**Records shown:**
◇ ◇ ◇

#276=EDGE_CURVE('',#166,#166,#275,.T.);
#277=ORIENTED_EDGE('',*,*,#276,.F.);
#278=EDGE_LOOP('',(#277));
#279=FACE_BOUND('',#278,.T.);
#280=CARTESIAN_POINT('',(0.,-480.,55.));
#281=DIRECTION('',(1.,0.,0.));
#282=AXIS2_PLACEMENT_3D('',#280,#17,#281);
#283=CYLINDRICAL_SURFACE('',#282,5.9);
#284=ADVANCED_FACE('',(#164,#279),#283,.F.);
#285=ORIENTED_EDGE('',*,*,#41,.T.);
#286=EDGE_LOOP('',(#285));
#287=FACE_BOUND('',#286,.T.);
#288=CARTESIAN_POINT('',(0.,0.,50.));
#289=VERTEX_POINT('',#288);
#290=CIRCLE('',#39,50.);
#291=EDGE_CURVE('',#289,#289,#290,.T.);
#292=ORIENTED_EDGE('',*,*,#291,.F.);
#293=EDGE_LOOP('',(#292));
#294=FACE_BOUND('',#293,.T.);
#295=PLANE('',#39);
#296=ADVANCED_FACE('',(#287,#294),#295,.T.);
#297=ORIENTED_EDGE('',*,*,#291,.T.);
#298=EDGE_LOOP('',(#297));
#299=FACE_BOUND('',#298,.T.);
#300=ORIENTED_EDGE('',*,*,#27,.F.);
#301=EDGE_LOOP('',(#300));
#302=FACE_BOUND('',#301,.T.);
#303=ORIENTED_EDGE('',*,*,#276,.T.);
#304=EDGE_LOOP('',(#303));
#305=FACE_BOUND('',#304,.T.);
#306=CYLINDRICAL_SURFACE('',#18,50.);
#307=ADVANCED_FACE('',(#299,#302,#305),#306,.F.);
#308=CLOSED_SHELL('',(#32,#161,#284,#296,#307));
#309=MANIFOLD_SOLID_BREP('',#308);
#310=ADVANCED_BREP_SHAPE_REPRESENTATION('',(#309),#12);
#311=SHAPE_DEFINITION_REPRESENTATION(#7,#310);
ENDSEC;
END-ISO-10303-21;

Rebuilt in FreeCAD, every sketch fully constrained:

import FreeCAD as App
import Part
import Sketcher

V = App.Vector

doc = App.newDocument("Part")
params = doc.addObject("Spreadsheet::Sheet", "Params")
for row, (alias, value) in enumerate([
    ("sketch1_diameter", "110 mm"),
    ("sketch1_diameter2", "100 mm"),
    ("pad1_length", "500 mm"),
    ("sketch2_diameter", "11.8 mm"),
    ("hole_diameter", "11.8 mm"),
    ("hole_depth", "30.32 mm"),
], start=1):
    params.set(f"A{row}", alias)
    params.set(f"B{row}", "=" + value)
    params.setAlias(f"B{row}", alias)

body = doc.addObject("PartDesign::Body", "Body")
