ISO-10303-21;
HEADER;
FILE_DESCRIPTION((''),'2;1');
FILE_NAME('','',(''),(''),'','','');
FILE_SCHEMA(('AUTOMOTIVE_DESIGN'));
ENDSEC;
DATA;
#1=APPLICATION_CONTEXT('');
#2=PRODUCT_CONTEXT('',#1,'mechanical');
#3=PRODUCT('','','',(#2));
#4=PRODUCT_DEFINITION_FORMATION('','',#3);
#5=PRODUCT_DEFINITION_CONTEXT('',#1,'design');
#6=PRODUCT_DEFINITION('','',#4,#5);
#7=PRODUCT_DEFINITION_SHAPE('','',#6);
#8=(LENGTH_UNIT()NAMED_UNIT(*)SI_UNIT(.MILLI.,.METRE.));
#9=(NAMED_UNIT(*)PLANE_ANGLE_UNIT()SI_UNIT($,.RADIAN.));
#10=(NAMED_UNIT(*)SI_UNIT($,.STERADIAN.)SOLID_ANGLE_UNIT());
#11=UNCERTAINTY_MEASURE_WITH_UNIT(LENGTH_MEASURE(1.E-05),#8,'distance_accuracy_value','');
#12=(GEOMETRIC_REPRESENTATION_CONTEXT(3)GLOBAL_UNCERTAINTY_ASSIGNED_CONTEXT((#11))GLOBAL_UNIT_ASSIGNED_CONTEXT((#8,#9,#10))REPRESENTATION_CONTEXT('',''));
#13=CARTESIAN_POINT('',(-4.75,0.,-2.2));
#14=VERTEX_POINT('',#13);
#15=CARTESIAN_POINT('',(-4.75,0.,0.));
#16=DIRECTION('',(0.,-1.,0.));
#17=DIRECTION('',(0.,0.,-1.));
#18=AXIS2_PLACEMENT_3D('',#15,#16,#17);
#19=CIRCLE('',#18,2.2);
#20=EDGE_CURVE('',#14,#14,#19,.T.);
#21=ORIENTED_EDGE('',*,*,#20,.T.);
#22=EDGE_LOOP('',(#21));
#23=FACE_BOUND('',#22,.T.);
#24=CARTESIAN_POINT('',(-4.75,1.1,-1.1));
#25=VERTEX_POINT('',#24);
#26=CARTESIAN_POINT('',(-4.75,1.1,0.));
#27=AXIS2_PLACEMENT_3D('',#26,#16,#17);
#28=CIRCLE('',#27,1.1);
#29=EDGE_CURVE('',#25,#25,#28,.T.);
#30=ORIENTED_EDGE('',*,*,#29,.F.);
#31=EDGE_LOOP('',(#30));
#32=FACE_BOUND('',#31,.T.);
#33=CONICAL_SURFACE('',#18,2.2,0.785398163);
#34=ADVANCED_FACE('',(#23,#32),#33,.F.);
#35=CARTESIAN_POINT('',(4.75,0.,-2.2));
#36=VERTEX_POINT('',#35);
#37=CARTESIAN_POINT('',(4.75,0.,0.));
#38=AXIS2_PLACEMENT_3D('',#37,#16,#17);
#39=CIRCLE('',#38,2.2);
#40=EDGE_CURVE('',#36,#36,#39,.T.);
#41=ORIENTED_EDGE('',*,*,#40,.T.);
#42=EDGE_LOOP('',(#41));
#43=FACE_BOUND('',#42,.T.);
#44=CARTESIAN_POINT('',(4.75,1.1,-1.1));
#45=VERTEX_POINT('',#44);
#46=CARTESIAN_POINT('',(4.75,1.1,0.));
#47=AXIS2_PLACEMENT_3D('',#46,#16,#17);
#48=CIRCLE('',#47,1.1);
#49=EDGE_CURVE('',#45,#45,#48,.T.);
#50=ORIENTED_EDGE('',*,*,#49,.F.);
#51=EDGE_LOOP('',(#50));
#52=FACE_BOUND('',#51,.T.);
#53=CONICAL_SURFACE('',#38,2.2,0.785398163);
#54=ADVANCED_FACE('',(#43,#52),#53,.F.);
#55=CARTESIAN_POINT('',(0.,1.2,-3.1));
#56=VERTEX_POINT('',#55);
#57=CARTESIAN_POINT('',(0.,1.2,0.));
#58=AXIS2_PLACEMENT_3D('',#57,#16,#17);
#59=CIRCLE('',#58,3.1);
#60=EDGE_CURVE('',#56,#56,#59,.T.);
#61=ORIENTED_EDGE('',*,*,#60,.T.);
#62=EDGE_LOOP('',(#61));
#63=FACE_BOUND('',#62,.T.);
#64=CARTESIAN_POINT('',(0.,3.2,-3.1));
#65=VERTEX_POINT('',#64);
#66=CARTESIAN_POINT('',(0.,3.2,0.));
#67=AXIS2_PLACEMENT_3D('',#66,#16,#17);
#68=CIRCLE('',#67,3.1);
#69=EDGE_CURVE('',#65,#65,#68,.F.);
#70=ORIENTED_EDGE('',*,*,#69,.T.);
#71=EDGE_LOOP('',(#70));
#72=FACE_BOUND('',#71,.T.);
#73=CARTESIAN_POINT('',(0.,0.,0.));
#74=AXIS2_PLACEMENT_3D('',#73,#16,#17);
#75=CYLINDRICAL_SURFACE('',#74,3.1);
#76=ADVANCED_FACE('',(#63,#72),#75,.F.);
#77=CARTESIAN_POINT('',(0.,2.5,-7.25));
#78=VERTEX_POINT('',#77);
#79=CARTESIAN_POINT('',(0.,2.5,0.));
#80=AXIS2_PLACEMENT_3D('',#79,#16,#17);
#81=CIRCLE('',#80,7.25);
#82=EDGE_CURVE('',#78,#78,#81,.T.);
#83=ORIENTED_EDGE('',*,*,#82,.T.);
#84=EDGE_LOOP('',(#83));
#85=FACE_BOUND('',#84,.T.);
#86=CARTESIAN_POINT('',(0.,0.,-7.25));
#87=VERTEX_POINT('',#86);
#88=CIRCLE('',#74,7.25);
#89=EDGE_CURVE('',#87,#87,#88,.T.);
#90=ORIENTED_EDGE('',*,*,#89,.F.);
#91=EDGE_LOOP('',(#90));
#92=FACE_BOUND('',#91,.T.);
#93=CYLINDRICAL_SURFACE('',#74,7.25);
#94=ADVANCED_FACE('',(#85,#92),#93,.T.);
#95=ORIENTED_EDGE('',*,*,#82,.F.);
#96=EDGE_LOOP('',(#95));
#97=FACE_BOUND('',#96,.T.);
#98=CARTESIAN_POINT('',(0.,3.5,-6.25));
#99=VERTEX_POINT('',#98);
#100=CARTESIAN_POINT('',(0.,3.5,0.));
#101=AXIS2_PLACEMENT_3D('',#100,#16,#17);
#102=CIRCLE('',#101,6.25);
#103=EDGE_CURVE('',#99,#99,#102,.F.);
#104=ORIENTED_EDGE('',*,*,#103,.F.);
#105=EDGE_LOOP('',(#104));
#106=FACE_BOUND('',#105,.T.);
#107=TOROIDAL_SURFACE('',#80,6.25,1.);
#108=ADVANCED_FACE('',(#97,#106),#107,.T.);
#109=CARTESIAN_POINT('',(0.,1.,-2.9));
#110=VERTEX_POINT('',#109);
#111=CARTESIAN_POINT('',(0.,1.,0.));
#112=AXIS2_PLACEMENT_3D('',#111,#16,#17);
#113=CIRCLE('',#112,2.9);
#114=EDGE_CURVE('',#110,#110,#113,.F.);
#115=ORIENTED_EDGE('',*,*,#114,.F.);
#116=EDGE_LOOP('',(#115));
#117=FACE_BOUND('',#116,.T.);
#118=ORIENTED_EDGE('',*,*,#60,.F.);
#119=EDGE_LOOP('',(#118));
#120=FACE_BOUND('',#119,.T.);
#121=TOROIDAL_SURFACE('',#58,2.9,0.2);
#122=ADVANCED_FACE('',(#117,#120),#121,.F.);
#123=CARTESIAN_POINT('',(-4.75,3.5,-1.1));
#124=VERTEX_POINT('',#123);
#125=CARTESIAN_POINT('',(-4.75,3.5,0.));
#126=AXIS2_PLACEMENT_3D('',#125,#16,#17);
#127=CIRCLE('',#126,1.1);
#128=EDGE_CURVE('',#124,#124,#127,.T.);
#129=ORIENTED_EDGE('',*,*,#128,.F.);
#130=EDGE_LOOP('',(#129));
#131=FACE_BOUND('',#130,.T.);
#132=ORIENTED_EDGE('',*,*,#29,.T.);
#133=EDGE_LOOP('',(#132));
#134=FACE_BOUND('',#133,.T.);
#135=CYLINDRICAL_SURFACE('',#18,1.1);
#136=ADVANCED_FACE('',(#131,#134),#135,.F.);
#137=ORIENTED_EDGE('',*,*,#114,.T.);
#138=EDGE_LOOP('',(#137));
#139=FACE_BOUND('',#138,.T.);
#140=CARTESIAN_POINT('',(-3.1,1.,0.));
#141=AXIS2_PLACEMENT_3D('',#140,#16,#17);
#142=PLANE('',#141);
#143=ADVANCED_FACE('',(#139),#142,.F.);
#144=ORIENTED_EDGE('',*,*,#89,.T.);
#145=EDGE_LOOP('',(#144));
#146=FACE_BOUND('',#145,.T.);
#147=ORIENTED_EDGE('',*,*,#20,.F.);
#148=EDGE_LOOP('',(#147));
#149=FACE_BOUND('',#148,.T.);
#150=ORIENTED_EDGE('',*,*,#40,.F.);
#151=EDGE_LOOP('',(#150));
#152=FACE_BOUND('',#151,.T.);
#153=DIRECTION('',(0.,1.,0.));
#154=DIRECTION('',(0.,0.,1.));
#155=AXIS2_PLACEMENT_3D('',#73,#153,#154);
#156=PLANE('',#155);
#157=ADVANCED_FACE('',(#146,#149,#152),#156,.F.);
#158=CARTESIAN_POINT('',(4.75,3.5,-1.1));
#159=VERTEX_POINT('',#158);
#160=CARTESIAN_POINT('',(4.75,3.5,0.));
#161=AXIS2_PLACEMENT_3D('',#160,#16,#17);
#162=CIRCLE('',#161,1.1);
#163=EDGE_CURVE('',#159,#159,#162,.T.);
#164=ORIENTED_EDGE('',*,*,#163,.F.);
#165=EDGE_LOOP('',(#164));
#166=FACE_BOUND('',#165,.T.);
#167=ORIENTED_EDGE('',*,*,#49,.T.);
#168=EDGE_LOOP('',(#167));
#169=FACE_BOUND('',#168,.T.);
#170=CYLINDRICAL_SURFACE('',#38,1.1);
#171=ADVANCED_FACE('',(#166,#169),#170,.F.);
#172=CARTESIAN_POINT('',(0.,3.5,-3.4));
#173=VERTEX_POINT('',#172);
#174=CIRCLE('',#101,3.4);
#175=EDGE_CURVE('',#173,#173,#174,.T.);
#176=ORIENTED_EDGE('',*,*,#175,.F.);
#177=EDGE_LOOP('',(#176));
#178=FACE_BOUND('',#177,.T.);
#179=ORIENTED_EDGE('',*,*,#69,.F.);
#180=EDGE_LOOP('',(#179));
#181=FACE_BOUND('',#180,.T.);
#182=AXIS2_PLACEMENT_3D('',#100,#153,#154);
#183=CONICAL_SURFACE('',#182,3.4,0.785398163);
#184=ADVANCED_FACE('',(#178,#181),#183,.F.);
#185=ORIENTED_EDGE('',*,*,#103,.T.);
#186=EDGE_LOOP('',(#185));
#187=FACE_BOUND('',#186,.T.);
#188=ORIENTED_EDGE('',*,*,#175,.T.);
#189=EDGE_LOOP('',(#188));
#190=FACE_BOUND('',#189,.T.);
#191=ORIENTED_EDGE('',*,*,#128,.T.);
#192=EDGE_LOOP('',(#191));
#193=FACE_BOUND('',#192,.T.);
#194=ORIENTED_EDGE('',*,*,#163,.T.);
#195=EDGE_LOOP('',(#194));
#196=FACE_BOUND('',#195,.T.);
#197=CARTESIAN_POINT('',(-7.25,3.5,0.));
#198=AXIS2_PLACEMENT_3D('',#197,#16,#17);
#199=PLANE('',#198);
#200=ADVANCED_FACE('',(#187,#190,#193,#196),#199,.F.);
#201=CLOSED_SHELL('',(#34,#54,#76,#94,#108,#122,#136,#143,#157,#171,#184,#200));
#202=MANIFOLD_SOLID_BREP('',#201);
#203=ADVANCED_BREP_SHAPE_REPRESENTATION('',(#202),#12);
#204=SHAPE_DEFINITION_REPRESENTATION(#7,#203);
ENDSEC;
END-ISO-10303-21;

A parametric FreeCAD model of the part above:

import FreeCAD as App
import Part
import Sketcher
Q = App.Units.Quantity


def edges_at(feature, points):
    """Names of the edges that pass closest to the given points."""
    edges = feature.Shape.Edges
    near = lambda p: min(range(len(edges)), key=lambda i: edges[i].distToShape(Part.Vertex(*p))[0])
    return sorted({f"Edge{near(p) + 1}" for p in points})

doc = App.newDocument("Part")
body = doc.addObject("PartDesign::Body", "Body")

# Sketch on XY plane
sketch1 = doc.addObject("Sketcher::SketchObject", "Sketch")
body.addObject(sketch1)
sketch1.AttachmentSupport = (doc.XY_Plane, [""])
sketch1.MapMode = "FlatFace"
sketch1.addGeometry(Part.LineSegment(App.Vector(-7.25, 0, 0), App.Vector(0, 0, 0)), False)
sketch1.addGeometry(Part.LineSegment(App.Vector(0, 0, 0), App.Vector(0, 1, 0)), False)
sketch1.addGeometry(Part.LineSegment(App.Vector(0, 1, 0), App.Vector(-3.1, 1, 0)), False)
sketch1.addGeometry(Part.LineSegment(App.Vector(-3.1, 1, 0), App.Vector(-3.1, 3.5, 0)), False)
sketch1.addGeometry(Part.LineSegment(App.Vector(-3.1, 3.5, 0), App.Vector(-7.25, 3.5, 0)), False)
sketch1.addGeometry(Part.LineSegment(App.Vector(-7.25, 3.5, 0), App.Vector(-7.25, 0, 0)), False)
sketch1.addConstraint(Sketcher.Constraint("Coincident", 0, 2, 1, 1))
sketch1.addConstraint(Sketcher.Constraint("Coincident", 1, 2, 2, 1))
sketch1.addConstraint(Sketcher.Constraint("Coincident", 2, 2, 3, 1))
sketch1.addConstraint(Sketcher.Constraint("Coincident", 3, 2, 4, 1))
sketch1.addConstraint(Sketcher.Constraint("Coincident", 4, 2, 5, 1))
sketch1.addConstraint(Sketcher.Constraint("Coincident", 5, 2, 0, 1))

◇ ◇ ◇

**What to do:** Within the listing above, extract exactly the lines from the line with "#177=EDGE_LOOP('',(#176));" to the line with "#187=FACE_BOUND('',#186,.T.);", the two named lines included, and no others.

**Written response:**
#177=EDGE_LOOP('',(#176));
#178=FACE_BOUND('',#177,.T.);
#179=ORIENTED_EDGE('',*,*,#69,.F.);
#180=EDGE_LOOP('',(#179));
#181=FACE_BOUND('',#180,.T.);
#182=AXIS2_PLACEMENT_3D('',#100,#153,#154);
#183=CONICAL_SURFACE('',#182,3.4,0.785398163);
#184=ADVANCED_FACE('',(#178,#181),#183,.F.);
#185=ORIENTED_EDGE('',*,*,#103,.T.);
#186=EDGE_LOOP('',(#185));
#187=FACE_BOUND('',#186,.T.);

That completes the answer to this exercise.